What you should do:
Which of the lines below contain the string "dimension"? Pull each one out of the data.
╭─ Extracted records
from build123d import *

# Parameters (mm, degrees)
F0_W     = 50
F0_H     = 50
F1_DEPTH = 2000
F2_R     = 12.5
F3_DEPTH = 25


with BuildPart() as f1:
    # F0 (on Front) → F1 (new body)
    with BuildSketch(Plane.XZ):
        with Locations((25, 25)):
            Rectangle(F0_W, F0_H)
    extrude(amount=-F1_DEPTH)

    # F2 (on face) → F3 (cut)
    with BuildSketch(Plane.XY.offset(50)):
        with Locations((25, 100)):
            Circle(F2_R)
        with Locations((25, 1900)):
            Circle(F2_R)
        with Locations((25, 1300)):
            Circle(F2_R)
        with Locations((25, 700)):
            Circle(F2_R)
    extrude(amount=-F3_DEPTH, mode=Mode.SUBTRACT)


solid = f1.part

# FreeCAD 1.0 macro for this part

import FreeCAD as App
import Part
import Sketcher

V = App.Vector
Q = App.Units.Quantity

doc = App.newDocument("Part")
body = doc.addObject("PartDesign::Body", "Body")

sketch1 = body.newObject("Sketcher::SketchObject", "Sketch")
sketch1.AttachmentSupport = (doc.getObject("XZ_Plane"), [""])
sketch1.MapMode = "FlatFace"
sketch1.addGeometry([
    Part.LineSegment(V(0, 50, 0), V(0, 0, 0)),
    Part.LineSegment(V(0, 0, 0), V(50, 0, 0)),
    Part.LineSegment(V(50, 0, 0), V(50, 50, 0)),
    Part.LineSegment(V(50, 50, 0), V(0, 50, 0)),
], False)
sketch1.addConstraint([
    Sketcher.Constraint("Coincident", 0, 2, 1, 1),
    Sketcher.Constraint("Coincident", 1, 2, 2, 1),
    Sketcher.Constraint("Coincident", 2, 2, 3, 1),
    Sketcher.Constraint("Coincident", 3, 2, 0, 1),
    Sketcher.Constraint("Vertical", 0),
    Sketcher.Constraint("Horizontal", 1),
    Sketcher.Constraint("Vertical", 2),
    Sketcher.Constraint("Horizontal", 3),
    Sketcher.Constraint("Coincident", 0, 2, -1, 1),
    Sketcher.Constraint("Equal", 3, 0),
    Sketcher.Constraint("DistanceX", 1, 1, 1, 2, Q("50 mm")),
])
pad1 = body.newObject("PartDesign::Pad", "Pad")
pad1.Profile = sketch1
pad1.Length = 2000
pad1.Reversed = True

sketch2 = body.newObject("Sketcher::SketchObject", "Sketch001")
sketch2.AttachmentSupport = (doc.getObject("XY_Plane"), [""])
sketch2.MapMode = "FlatFace"
sketch2.AttachmentOffset = App.Placement(V(0, 0, 50), App.Rotation())
sketch2.addGeometry([
    Part.Circle(V(25, 100, 0), V(0, 0, 1), 12),
    Part.Circle(V(25, 1900, 0), V(0, 0, 1), 12),
    Part.Circle(V(25, 1300, 0), V(0, 0, 1), 12),
    Part.Circle(V(25, 700, 0), V(0, 0, 1), 12),
], False)
sketch2.addConstraint([
    Sketcher.Constraint("Equal", 0, 1),
    Sketcher.Constraint("Equal", 1, 2),
    Sketcher.Constraint("Equal", 2, 3),
    Sketcher.Constraint("Vertical", 0, 3, 1, 3),
    Sketcher.Constraint("Vertical", 1, 3, 2, 3),
    Sketcher.Constraint("Vertical", 2, 3, 3, 3),
    Sketcher.Constraint("Diameter", 0, Q("25 mm")),
    Sketcher.Constraint("DistanceX", -1, 1, 0, 3, Q("25 mm")),
    Sketcher.Constraint("DistanceY", -1, 1, 0, 3, Q("100 mm")),
    Sketcher.Constraint("DistanceY", -1, 1, 1, 3, Q("1900 mm")),
    Sketcher.Constraint("DistanceY", -1, 1, 2, 3, Q("1300 mm")),
    Sketcher.Constraint("DistanceY", -1, 1, 3, 3, Q("700 mm")),
])
pocket1 = body.newObject("PartDesign::Pocket", "Pocket")
pocket1.Profile = sketch2
pocket1.Length = 25

doc.recompute()
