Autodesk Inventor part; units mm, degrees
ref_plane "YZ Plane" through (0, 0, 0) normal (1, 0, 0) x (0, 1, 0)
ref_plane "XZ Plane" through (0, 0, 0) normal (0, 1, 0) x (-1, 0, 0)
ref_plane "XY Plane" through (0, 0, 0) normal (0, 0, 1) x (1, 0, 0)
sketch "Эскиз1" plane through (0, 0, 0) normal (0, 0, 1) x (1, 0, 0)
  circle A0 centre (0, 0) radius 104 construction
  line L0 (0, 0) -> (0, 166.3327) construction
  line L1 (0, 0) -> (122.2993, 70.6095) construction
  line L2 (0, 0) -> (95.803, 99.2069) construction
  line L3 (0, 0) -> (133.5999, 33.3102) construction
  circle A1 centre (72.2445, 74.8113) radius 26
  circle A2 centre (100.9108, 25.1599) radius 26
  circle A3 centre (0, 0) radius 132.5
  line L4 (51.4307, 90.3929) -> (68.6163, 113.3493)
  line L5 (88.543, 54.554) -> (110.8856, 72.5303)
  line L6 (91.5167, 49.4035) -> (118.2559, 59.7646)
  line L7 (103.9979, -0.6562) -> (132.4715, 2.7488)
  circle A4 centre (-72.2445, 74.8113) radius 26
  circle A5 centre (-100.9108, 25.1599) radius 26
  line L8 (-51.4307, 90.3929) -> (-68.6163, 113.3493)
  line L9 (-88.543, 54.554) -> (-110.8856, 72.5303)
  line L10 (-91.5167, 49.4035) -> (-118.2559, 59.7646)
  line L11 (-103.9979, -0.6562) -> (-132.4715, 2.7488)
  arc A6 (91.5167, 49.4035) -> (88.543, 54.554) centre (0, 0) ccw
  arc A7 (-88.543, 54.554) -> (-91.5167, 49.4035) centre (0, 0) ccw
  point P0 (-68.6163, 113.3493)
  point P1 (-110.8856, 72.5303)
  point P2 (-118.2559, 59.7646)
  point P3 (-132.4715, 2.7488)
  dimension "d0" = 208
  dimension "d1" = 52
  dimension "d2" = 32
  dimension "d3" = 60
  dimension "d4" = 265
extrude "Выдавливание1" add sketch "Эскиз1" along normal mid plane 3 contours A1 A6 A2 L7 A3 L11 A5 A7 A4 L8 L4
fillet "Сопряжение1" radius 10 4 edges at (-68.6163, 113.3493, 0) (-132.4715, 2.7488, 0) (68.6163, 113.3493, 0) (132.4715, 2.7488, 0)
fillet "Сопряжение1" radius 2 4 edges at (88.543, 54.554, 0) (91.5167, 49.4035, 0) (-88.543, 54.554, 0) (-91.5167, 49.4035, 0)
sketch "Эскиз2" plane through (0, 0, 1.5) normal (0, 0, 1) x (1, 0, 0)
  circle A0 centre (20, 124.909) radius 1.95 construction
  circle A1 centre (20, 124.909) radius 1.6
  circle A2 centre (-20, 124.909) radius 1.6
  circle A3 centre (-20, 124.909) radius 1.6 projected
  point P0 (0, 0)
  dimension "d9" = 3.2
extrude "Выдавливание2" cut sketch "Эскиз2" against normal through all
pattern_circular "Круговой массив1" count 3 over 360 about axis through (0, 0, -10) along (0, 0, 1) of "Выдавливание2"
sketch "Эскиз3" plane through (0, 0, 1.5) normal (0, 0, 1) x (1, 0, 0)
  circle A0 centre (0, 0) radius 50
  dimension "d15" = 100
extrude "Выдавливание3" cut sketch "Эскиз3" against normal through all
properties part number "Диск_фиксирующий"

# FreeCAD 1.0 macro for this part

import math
import FreeCAD as App
import Part
import Sketcher

V = App.Vector
Q = App.Units.Quantity


def edges_at(feature, points):
    """Names of the edges that pass closest to the given points."""
    edges = feature.Shape.Edges
    near = lambda p: min(range(len(edges)), key=lambda i: edges[i].distToShape(Part.Vertex(*p))[0])
    return sorted({f"Edge{near(p) + 1}" for p in points})

doc = App.newDocument("Part")
params = doc.addObject("Spreadsheet::Sheet", "Params")
for row, (alias, value) in enumerate([
    ("sketch1_radius", "26 mm"),
    ("sketch1_radius2", "26 mm"),
    ("sketch1_radius3", "26 mm"),
    ("sketch1_radius4", "26 mm"),
    ("sketch1_radius5", "132.5 mm"),
    ("pad1_length", "3 mm"),
    ("fillet_radius", "10 mm"),
    ("fillet2_radius", "2 mm"),
    ("sketch2_diameter", "3.2 mm"),
    ("sketch3_diameter", "100 mm"),
], start=1):
    params.set(f"A{row}", alias)
    params.set(f"B{row}", "=" + value)
    params.setAlias(f"B{row}", alias)

body = doc.addObject("PartDesign::Body", "Body")

sketch1 = body.newObject("Sketcher::SketchObject", "Sketch")
sketch1.AttachmentSupport = (doc.getObject("XY_Plane"), [""])
sketch1.MapMode = "FlatFace"
sketch1.addGeometry(Part.ArcOfCircle(Part.Circle(V(72.2445, 74.8113, 0), V(0, 0, 1), 26), math.radians(143.180787), math.radians(308.819257)), False)
sketch1.addGeometry(Part.LineSegment(V(51.4307, 90.3929, 0), V(68.6163, 113.3493, 0)), False)
sketch1.addGeometry(Part.ArcOfCircle(Part.Circle(V(0, 0, 0), V(0, 0, 1), 132.5), math.radians(58.811272), math.radians(121.188728)), False)
sketch1.addGeometry(Part.LineSegment(V(-68.6163, 113.3493, 0), V(-51.4307, 90.3929, 0)), False)
sketch1.addGeometry(Part.ArcOfCircle(Part.Circle(V(-72.2445, 74.8113, 0), V(0, 0, 1), 26), math.radians(-128.819257), math.radians(36.819213)), False)
sketch1.addGeometry(Part.ArcOfCircle(Part.Circle(V(0.05268, -0.031427, 0), V(0, 0, 1), 104.061344), math.radians(148.362014), math.radians(151.637028)), False)
sketch1.addGeometry(Part.ArcOfCircle(Part.Circle(V(-100.9108, 25.1599, 0), V(0, 0, 1), 26), math.radians(-96.819073), math.radians(68.819257)), False)
sketch1.addGeometry(Part.LineSegment(V(-103.9979, -0.6562, 0), V(-132.4715, 2.7488, 0)), False)
sketch1.addGeometry(Part.ArcOfCircle(Part.Circle(V(0, 0, 0), V(0, 0, 1), 132.5), math.radians(178.811276), math.radians(361.188724)), False)
sketch1.addGeometry(Part.LineSegment(V(132.4715, 2.7488, 0), V(103.9979, -0.6562, 0)), False)
sketch1.addGeometry(Part.ArcOfCircle(Part.Circle(V(100.9108, 25.1599, 0), V(0, 0, 1), 26), math.radians(111.180743), math.radians(276.819073)), False)
sketch1.addGeometry(Part.ArcOfCircle(Part.Circle(V(0.053494, 0.029873, 0), V(0, 0, 1), 103.938795), math.radians(28.361041), math.radians(31.639918)), False)
sketch1.addConstraint(Sketcher.Constraint("Coincident", 0, 1, 1, 1))
sketch1.addConstraint(Sketcher.Constraint("Coincident", 1, 2, 2, 1))
sketch1.addConstraint(Sketcher.Constraint("Coincident", 2, 2, 3, 1))
sketch1.addConstraint(Sketcher.Constraint("Coincident", 3, 2, 4, 2))
sketch1.addConstraint(Sketcher.Constraint("Coincident", 4, 1, 5, 1))
sketch1.addConstraint(Sketcher.Constraint("Coincident", 5, 2, 6, 2))
sketch1.addConstraint(Sketcher.Constraint("Coincident", 6, 1, 7, 1))
sketch1.addConstraint(Sketcher.Constraint("Coincident", 7, 2, 8, 1))
sketch1.addConstraint(Sketcher.Constraint("Coincident", 8, 2, 9, 1))
sketch1.addConstraint(Sketcher.Constraint("Coincident", 9, 2, 10, 2))
sketch1.addConstraint(Sketcher.Constraint("Coincident", 10, 1, 11, 1))
sketch1.addConstraint(Sketcher.Constraint("Coincident", 11, 2, 0, 2))
sketch1.addConstraint(Sketcher.Constraint("Coincident", 2, 3, -1, 1))
sketch1.addConstraint(Sketcher.Constraint("Coincident", 8, 3, -1, 1))
sketch1.addConstraint(Sketcher.Constraint("Radius", 0, Q("26 mm")))
sketch1.addConstraint(Sketcher.Constraint("Radius", 4, Q("26 mm")))
sketch1.addConstraint(Sketcher.Constraint("Radius", 6, Q("26 mm")))
sketch1.addConstraint(Sketcher.Constraint("Radius", 10, Q("26 mm")))
sketch1.addConstraint(Sketcher.Constraint("Radius", 2, Q("132.5 mm")))
sketch1.addConstraint(Sketcher.Constraint("Radius", 8, Q("132.5 mm")))
sketch1.addConstraint(Sketcher.Constraint("Radius", 5, Q("104.0613 mm")))
sketch1.addConstraint(Sketcher.Constraint("Radius", 11, Q("103.9388 mm")))
sketch1.addConstraint(Sketcher.Constraint("DistanceY", -1, 1, 6, 3, Q("25.16 mm")))
sketch1.addConstraint(Sketcher.Constraint("DistanceY", -1, 1, 10, 3, Q("25.16 mm")))
sketch1.addConstraint(Sketcher.Constraint("DistanceY", 11, 3, 10, 3, Q("25.13 mm")))
sketch1.addConstraint(Sketcher.Constraint("DistanceX", 0, 1, 10, 3, Q("49.48 mm")))
sketch1.addConstraint(Sketcher.Constraint("DistanceX", 6, 3, 3, 2, Q("49.48 mm")))
sketch1.addConstraint(Sketcher.Constraint("DistanceY", -1, 1, 0, 1, Q("90.393 mm")))
sketch1.addConstraint(Sketcher.Constraint("DistanceY", -1, 1, 3, 2, Q("90.393 mm")))
sketch1.addConstraint(Sketcher.Constraint("DistanceX", 4, 1, -1, 1, Q("88.543 mm")))
sketch1.addConstraint(Sketcher.Constraint("DistanceY", -1, 1, 4, 1, Q("54.554 mm")))
sketch1.addConstraint(Sketcher.Constraint("DistanceX", 6, 1, -1, 1, Q("103.998 mm")))
sketch1.addConstraint(Sketcher.Constraint("DistanceX", -1, 1, 9, 2, Q("103.998 mm")))
sketch1.addConstraint(Sketcher.Constraint("DistanceX", -1, 1, 11, 2, Q("88.543 mm")))
sketch1.addConstraint(Sketcher.Constraint("DistanceY", -1, 1, 11, 2, Q("54.554 mm")))
sketch1.addConstraint(Sketcher.Constraint("DistanceX", 4, 3, 0, 3, Q("144.489 mm")))
sketch1.addConstraint(Sketcher.Constraint("DistanceX", 11, 3, 0, 3, Q("72.191 mm")))
sketch1.addConstraint(Sketcher.Constraint("DistanceY", 0, 3, 1, 2, Q("38.538 mm")))
sketch1.addConstraint(Sketcher.Constraint("DistanceY", 4, 3, 2, 2, Q("38.538 mm")))
sketch1.addConstraint(Sketcher.Constraint("DistanceY", 6, 1, 7, 2, Q("3.405 mm")))
sketch1.addConstraint(Sketcher.Constraint("DistanceY", 8, 2, 10, 3, Q("22.411 mm")))
sketch1.addConstraint(Sketcher.Constraint("DistanceX", -1, 1, 5, 3, Q("0.0527 mm")))
sketch1.setExpression("Constraints[14]", "Params.sketch1_radius")
sketch1.setExpression("Constraints[15]", "Params.sketch1_radius2")
sketch1.setExpression("Constraints[16]", "Params.sketch1_radius3")
sketch1.setExpression("Constraints[17]", "Params.sketch1_radius4")
sketch1.setExpression("Constraints[18]", "Params.sketch1_radius5")
pad1 = body.newObject("PartDesign::Pad", "Pad")
pad1.Profile = sketch1
pad1.setExpression("Length", "Params.pad1_length")
pad1.Midplane = True
doc.recompute()

fillet = body.newObject("PartDesign::Fillet", "Fillet")
fillet.Base = (pad1, edges_at(pad1, [
    (-68.616, 113.349, 0),
    (-132.471, 2.749, 0),
    (68.616, 113.349, 0),
    (132.471, 2.749, 0),
]))
fillet.setExpression("Radius", "Params.fillet_radius")
doc.recompute()

fillet2 = body.newObject("PartDesign::Fillet", "Fillet001")
fillet2.Base = (fillet, edges_at(fillet, [
    (88.543, 54.554, 0),
    (91.517, 49.404, 0),
    (-88.543, 54.554, 0),
    (-91.517, 49.404, 0),
]))
fillet2.setExpression("Radius", "Params.fillet2_radius")

sketch2 = body.newObject("Sketcher::SketchObject", "Sketch001")
sketch2.AttachmentSupport = (doc.getObject("XY_Plane"), [""])
sketch2.MapMode = "FlatFace"
sketch2.AttachmentOffset = App.Placement(V(0, 0, 1.5), App.Rotation())
sketch2.addGeometry(Part.Circle(V(20, 124.909, 0), V(0, 0, 1), 1.6), False)
sketch2.addGeometry(Part.Circle(V(-20, 124.909, 0), V(0, 0, 1), 1.6), False)
sketch2.addConstraint(Sketcher.Constraint("Equal", 0, 1))
sketch2.addConstraint(Sketcher.Constraint("Symmetric", 0, 3, 1, 3, -2))
sketch2.addConstraint(Sketcher.Constraint("Diameter", 0, Q("3.2 mm")))
sketch2.addConstraint(Sketcher.Constraint("DistanceX", -1, 1, 0, 3, Q("20 mm")))
sketch2.addConstraint(Sketcher.Constraint("DistanceY", -1, 1, 0, 3, Q("124.909 mm")))
sketch2.setExpression("Constraints[2]", "Params.sketch2_diameter")
pocket1 = body.newObject("PartDesign::Pocket", "Pocket")
pocket1.Profile = sketch2
pocket1.Type = "ThroughAll"
doc.recompute()

polarpattern = body.newObject("PartDesign::PolarPattern", "PolarPattern")
polarpattern.Originals = [pocket1]
polarpattern.Axis = (doc.getObject("Z_Axis"), [""])
polarpattern.Angle = 360
polarpattern.Occurrences = 3
body.Tip = polarpattern

sketch3 = body.newObject("Sketcher::SketchObject", "Sketch002")
sketch3.AttachmentSupport = (doc.getObject("XY_Plane"), [""])
sketch3.MapMode = "FlatFace"
sketch3.AttachmentOffset = App.Placement(V(0, 0, 1.5), App.Rotation())
sketch3.addGeometry(Part.Circle(V(0, 0, 0), V(0, 0, 1), 50), False)
sketch3.addConstraint(Sketcher.Constraint("Coincident", 0, 3, -1, 1))
sketch3.addConstraint(Sketcher.Constraint("Diameter", 0, Q("100 mm")))
sketch3.setExpression("Constraints[1]", "Params.sketch3_diameter")
pocket2 = body.newObject("PartDesign::Pocket", "Pocket001")
pocket2.Profile = sketch3
pocket2.Type = "ThroughAll"

doc.recompute()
╰─
Task response:
  dimension "d0" = 208
  dimension "d1" = 52
  dimension "d2" = 32
  dimension "d3" = 60
  dimension "d4" = 265
  dimension "d9" = 3.2
  dimension "d15" = 100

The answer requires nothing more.